Niall Palfreyman wrote this on the board to introduce a course in differential equations:

- The Secret of the Universe in 6 sentences
- Nature always integrates flows over time
- Flows always differentiate fields over space
- Structure determines behaviour
- Algebra is the study of structure
- Dynamics is the study of behaviour

I like it.

A little explanation is in order. I have my morning coffee in hand. It’s warmer than the room, so it’s cooling off. It’s heat winds up in the room. If I want to manage my coffee well, neither burning my tongue nor gagging down cold sludge, I need to be able to make some predictions about the future behavior of my cuppa joe. I won’t get far by postulating demons randomly stealing calorics from my cup, though that might provide a soothingly fatalistic outlook. I’m much better off if I understand how and why coffee cools.

#2, the “nature integrates flows” part of the system looks like this:

Each box represents an accumulation of heat (that’s the integral). Each pipe represents a flow of heat from one place to another. The heat currently in the house is simply the net result of all the inflows from coffee cups, and all the losses to the outside world, over all time (of course, there are other flows to consider, like my computers warming the room, and losses to the snowy outside).

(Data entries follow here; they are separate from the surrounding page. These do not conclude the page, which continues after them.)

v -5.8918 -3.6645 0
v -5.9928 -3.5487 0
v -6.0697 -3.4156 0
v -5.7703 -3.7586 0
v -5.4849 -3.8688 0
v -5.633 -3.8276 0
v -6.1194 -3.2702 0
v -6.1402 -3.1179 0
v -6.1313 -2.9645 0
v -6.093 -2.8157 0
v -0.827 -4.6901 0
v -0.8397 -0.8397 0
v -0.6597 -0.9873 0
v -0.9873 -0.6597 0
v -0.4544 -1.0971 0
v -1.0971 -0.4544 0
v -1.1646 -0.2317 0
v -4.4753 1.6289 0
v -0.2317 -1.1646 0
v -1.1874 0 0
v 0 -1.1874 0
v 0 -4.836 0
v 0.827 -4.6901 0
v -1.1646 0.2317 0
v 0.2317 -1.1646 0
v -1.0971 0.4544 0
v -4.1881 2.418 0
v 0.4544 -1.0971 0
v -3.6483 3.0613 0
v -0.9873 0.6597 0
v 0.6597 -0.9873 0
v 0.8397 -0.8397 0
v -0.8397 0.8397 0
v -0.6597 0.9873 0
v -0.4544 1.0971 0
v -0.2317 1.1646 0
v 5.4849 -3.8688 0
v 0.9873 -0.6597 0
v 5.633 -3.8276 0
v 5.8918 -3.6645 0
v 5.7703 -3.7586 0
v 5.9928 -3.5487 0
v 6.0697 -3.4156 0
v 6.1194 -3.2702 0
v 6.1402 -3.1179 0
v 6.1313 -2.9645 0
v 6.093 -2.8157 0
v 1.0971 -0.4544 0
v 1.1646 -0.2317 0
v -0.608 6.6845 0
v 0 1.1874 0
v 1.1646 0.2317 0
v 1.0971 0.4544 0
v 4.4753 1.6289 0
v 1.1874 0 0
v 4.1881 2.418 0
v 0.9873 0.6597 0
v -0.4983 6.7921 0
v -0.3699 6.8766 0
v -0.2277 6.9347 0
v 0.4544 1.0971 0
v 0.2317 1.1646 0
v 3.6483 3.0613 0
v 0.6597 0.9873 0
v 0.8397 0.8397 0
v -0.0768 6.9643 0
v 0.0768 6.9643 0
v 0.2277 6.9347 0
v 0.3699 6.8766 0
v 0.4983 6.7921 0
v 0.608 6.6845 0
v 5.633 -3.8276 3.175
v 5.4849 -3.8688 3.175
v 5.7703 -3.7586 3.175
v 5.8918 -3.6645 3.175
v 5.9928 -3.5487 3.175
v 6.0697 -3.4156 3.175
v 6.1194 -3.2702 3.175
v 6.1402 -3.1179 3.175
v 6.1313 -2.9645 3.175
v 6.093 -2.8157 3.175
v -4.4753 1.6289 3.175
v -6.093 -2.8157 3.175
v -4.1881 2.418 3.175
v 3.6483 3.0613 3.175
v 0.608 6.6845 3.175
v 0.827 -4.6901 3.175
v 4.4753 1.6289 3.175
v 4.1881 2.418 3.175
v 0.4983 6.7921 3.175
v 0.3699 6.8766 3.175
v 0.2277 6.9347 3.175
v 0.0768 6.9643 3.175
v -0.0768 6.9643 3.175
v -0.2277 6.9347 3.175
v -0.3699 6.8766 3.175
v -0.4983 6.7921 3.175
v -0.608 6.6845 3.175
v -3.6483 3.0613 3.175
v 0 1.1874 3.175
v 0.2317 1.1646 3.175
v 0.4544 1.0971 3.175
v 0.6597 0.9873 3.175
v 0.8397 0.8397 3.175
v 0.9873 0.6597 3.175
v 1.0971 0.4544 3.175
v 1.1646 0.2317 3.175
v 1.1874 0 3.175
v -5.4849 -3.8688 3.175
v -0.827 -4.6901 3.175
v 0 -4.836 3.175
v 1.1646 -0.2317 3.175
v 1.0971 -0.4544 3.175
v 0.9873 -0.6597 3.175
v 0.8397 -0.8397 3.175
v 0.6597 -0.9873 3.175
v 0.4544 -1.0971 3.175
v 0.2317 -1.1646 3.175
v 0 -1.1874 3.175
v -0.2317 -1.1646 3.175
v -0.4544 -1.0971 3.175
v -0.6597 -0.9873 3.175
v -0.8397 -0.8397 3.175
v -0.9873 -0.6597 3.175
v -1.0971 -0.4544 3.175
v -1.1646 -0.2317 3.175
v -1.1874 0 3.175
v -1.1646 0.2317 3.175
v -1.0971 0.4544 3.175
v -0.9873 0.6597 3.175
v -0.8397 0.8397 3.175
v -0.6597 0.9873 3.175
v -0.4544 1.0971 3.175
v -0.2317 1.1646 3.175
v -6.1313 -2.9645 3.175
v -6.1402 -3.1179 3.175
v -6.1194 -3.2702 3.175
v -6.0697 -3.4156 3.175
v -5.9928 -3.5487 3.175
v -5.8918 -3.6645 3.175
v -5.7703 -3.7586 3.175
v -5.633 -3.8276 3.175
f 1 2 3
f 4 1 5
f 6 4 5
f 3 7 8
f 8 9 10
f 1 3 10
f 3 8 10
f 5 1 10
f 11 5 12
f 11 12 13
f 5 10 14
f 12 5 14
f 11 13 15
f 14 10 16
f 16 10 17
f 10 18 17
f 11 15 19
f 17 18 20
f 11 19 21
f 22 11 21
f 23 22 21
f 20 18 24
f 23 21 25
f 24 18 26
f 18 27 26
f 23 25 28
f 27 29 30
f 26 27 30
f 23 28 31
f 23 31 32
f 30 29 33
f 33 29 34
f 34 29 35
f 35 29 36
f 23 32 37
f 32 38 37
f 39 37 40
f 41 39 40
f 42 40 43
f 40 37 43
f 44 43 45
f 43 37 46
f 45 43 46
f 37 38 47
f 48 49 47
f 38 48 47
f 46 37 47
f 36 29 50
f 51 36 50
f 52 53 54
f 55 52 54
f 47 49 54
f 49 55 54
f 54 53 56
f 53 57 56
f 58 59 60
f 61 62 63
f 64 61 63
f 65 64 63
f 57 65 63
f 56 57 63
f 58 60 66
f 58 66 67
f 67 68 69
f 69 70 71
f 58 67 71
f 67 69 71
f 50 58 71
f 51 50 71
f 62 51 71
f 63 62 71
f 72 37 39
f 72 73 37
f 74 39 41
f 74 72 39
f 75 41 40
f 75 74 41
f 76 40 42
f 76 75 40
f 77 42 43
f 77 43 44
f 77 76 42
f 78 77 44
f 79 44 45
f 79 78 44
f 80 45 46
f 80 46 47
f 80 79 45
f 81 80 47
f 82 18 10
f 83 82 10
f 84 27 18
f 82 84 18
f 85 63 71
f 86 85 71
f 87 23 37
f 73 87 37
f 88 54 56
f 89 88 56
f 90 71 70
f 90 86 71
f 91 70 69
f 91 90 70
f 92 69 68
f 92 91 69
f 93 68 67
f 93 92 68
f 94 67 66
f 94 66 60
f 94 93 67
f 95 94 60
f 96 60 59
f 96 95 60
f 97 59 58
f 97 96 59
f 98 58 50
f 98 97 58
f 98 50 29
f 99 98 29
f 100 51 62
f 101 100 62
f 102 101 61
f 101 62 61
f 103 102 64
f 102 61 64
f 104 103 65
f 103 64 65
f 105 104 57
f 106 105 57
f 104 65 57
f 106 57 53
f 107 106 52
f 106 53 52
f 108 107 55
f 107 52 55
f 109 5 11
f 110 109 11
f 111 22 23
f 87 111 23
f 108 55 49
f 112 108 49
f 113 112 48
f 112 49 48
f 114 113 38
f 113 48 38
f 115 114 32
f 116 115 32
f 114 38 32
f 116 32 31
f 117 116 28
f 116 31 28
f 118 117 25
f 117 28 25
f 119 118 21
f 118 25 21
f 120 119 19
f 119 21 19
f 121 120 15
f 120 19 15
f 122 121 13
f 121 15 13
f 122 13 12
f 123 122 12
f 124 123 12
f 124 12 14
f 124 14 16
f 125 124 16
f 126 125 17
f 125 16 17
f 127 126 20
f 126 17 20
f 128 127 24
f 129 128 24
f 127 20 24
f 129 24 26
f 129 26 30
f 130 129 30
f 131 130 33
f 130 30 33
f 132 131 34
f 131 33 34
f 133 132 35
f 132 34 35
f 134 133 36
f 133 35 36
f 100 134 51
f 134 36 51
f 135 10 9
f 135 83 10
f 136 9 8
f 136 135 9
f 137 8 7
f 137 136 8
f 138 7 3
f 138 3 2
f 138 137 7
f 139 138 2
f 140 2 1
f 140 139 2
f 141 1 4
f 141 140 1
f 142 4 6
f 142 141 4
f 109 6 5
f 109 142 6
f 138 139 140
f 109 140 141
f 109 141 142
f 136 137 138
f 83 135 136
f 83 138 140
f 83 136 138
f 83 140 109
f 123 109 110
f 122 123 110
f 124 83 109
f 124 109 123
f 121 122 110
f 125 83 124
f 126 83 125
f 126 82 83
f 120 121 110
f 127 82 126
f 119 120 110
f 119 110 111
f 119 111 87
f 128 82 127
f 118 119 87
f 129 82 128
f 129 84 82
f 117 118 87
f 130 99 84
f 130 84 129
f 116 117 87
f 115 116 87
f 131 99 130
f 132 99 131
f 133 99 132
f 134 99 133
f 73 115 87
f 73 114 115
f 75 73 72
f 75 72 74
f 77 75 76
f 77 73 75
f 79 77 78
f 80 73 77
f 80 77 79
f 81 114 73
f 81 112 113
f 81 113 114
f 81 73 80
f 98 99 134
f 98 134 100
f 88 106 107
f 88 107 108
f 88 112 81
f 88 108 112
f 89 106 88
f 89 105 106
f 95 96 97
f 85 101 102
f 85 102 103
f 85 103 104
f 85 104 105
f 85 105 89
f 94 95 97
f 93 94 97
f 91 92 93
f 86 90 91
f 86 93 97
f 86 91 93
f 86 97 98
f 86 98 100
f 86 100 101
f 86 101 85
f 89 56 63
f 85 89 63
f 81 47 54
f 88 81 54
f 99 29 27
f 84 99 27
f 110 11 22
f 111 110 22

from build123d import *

# Parameters (mm, degrees)
F1_DEPTH = 3.175
F2_R     = 0.79375


with BuildPart() as f1:
    # F0 (on Top) → F1 (new body)
    with BuildSketch(Plane.XY):
        with BuildLine():
            ThreePointArc((0, 4.7625), (2.0127194988, 4.316290823), (3.648286699, 3.061275945))
            Line((3.648286699, 3.061275945), (0, 7.4091347254))
            Line((0, 7.4091347254), (0, 4.7625))
        make_face()
        with BuildLine():
            ThreePointArc((-3.6482866444, 3.0612760102), (-2.0127194603, 4.316290841), (0, 4.7625))
            Line((0, 4.7625), (0, 7.4091347254))
            Line((0, 7.4091347254), (-3.6482866444, 3.0612760102))
        make_face()
        with BuildLine():
            ThreePointArc((0.8269994491, -4.6901469232), (3.6482866613, -3.06127599), (4.7625, 0))
            ThreePointArc((4.7625, 0), (4.6901469251, 0.8269994386), (4.4752861117, 1.6288709182))
            ThreePointArc((4.4752861117, 1.6288709182), (4.1244460044, 2.3812499673), (3.648286699, 3.061275945))
            ThreePointArc((3.648286699, 3.061275945), (2.0127194988, 4.316290823), (0, 4.7625))
            ThreePointArc((0, 4.7625), (-2.0127194603, 4.316290841), (-3.6482866444, 3.0612760102))
            ThreePointArc((-3.6482866444, 3.0612760102), (-4.1244459867, 2.3812499979), (-4.4752861166, 1.6288709047))
            ThreePointArc((-4.4752861166, 1.6288709047), (-4.1244459762, -2.3812500162), (-0.8269994386, -4.6901469251))
            ThreePointArc((-0.8269994386, -4.6901469251), (5.3e-09, -4.7625), (0.8269994491, -4.6901469232))
        make_face()
        with BuildLine():
            ThreePointArc((1.18745, 0), (-0.8396539473, -0.8396539473), (0, 1.18745))
            ThreePointArc((0, 1.18745), (0.8396539473, 0.8396539473), (1.18745, 0))
        make_face(mode=Mode.SUBTRACT)
        with BuildLine():
            ThreePointArc((4.4752861117, 1.6288709182), (4.6901469251, 0.8269994386), (4.7625, 0))
            ThreePointArc((4.7625, 0), (3.6482866613, -3.06127599), (0.8269994491, -4.6901469232))
            Line((0.8269994491, -4.6901469232), (6.4164988923, -3.7045673627))
            Line((6.4164988923, -3.7045673627), (4.4752861117, 1.6288709182))
        make_face()
        with BuildLine():
            Line((-6.4164988923, -3.7045673627), (-0.8269994386, -4.6901469251))
            ThreePointArc((-0.8269994386, -4.6901469251), (-4.1244459762, -2.3812500162), (-4.4752861166, 1.6288709047))
            Line((-4.4752861166, 1.6288709047), (-6.4164988923, -3.7045673627))
        make_face()
        with BuildLine():
            ThreePointArc((3.648286699, 3.061275945), (4.1244460044, 2.3812499673), (4.4752861117, 1.6288709182))
            Line((4.4752861117, 1.6288709182), (4.188072213, 2.4179846196))
            Line((4.188072213, 2.4179846196), (3.648286699, 3.061275945))
        make_face()
        with BuildLine():
            Line((-4.188072213, 2.4179846196), (-4.4752861166, 1.6288709047))
            ThreePointArc((-4.4752861166, 1.6288709047), (-4.1244459867, 2.3812499979), (-3.6482866444, 3.0612760102))
            Line((-3.6482866444, 3.0612760102), (-4.188072213, 2.4179846196))
        make_face()
        with BuildLine():
            Line((0, -4.8359692391), (0.8269994491, -4.6901469232))
            ThreePointArc((0.8269994491, -4.6901469232), (5.3e-09, -4.7625), (-0.8269994386, -4.6901469251))
            Line((-0.8269994386, -4.6901469251), (0, -4.8359692391))
        make_face()
    extrude(amount=F1_DEPTH)

    # F2
    f2_edges = [f1.edges().sort_by_distance(p)[0] for p in [
        (0, 7.409135, 1.5875),
        (-6.416499, -3.704567, 1.5875),
        (6.416499, -3.704567, 1.5875),
    ]]
    fillet(f2_edges, radius=F2_R)


solid = f1.part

In the same way, the number of people in a room is the net accumulation of all the people who ever entered, less all those who ever left. A neat thing about this is that the current heat in the cup, or count of people in a room, is a complete description of the state of the system. You don’t need to know the detailed history of inflows and outflows, because you can simply take the temperature of the cup or count the people in the room to measure the accumulated effects of all the past events.

The next question is, why does the heat flow? That’s what #3 is about. Heat follows temperature gradients, as water flows downhill. Here’s a temperature field for a coffee cup:

*wikimedia commons*

Heat will flow from the hot (red) cup into the cool (green) environment. The flow will be fastest where the gradient is steepest – i.e. where there’s the greatest temperature difference over a unit of space. That’s the “flows differentiate fields” part. Other properties also matter, like the thermal conductivity of the cup, air currents in the room, insulation in the wall, and heat capacity of coffee, and these can also be described as distributions over space or fields. That adds the blue to the model above:

The blue arrows describe why the flows flow. These are algebraic expressions, like Heat Transfer from Cup to Room = Cup to Room Gradient/Cup-Room Heat Transfer Coefficient. They describe the structure – the “why” – of the system (#5).

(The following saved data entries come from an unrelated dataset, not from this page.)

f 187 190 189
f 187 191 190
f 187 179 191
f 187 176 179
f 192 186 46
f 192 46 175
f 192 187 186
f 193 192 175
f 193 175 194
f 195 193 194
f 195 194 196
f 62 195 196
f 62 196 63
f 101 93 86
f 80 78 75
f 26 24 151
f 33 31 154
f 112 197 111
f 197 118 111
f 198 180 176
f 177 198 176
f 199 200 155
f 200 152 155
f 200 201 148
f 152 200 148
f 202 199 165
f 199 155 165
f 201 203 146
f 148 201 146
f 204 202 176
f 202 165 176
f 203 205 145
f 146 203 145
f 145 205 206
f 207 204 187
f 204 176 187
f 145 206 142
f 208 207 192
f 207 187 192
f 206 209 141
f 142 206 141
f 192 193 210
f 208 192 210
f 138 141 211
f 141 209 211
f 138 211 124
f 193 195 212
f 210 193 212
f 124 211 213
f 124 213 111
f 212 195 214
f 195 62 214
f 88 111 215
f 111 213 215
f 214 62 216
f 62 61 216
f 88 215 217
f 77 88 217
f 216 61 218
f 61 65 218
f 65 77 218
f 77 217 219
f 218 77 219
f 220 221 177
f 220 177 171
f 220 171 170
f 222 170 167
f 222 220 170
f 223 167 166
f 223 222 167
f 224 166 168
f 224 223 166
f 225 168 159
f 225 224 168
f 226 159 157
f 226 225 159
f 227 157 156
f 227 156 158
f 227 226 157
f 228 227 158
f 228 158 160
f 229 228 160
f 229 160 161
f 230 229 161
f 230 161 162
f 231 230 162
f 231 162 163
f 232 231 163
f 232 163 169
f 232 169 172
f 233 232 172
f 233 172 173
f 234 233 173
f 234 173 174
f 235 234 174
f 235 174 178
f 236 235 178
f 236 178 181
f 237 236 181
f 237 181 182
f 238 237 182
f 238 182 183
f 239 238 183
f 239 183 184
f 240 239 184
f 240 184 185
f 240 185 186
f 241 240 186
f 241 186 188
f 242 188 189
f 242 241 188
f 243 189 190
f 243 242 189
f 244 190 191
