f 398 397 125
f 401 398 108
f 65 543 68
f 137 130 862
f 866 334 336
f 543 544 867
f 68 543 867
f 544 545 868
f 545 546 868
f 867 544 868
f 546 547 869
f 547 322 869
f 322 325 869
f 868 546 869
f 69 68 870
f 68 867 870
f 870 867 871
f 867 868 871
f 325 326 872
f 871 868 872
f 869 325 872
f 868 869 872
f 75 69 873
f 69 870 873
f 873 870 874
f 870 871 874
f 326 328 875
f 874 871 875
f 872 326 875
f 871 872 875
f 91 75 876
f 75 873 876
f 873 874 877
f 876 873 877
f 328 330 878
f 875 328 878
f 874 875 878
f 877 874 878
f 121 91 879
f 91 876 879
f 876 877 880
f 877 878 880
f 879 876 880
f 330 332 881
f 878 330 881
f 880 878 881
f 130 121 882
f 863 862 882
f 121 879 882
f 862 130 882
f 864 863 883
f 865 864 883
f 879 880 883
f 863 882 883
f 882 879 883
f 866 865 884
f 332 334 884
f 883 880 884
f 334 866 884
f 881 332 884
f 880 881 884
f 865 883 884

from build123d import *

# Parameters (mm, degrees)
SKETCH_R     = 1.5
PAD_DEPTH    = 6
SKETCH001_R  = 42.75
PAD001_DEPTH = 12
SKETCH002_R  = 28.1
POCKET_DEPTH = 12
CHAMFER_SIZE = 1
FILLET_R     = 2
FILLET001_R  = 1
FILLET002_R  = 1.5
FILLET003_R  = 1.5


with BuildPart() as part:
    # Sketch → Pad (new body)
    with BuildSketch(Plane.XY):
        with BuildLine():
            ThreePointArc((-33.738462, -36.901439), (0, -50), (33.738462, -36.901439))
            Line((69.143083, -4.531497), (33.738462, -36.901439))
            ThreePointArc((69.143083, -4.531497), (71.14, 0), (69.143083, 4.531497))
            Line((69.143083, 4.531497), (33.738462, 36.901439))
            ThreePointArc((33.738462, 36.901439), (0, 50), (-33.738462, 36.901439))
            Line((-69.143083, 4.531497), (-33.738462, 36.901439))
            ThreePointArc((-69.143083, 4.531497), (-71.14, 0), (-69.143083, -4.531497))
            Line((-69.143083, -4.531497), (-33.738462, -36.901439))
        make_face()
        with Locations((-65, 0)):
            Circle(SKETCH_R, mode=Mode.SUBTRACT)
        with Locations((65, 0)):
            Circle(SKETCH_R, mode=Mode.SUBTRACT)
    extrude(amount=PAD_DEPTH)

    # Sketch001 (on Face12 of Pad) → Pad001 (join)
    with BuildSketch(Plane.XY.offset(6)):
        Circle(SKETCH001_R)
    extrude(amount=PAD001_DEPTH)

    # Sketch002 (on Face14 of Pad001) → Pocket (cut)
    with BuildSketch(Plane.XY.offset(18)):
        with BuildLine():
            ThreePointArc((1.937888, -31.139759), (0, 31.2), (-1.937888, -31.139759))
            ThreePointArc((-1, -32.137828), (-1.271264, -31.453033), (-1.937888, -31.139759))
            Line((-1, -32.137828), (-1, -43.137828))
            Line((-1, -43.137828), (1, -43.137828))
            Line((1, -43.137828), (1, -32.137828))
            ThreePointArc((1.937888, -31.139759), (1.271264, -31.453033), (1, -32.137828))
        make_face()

The behavior of the system, i.e. how fast my coffee cools, is determined by the structure described above (#4). If you change the structure, by using an insulated mug to change the cup-room heat transfer coefficient for example, you change the behavior – the coffee cools more slowly.* The search for understanding about coffee cups, nuclear reactors, and climate is essentially an effort to identify structures that explain the dynamics or patterns of behavior that we observe in the world.

* *Update*: added a sentence for clarification, and corrected numbering.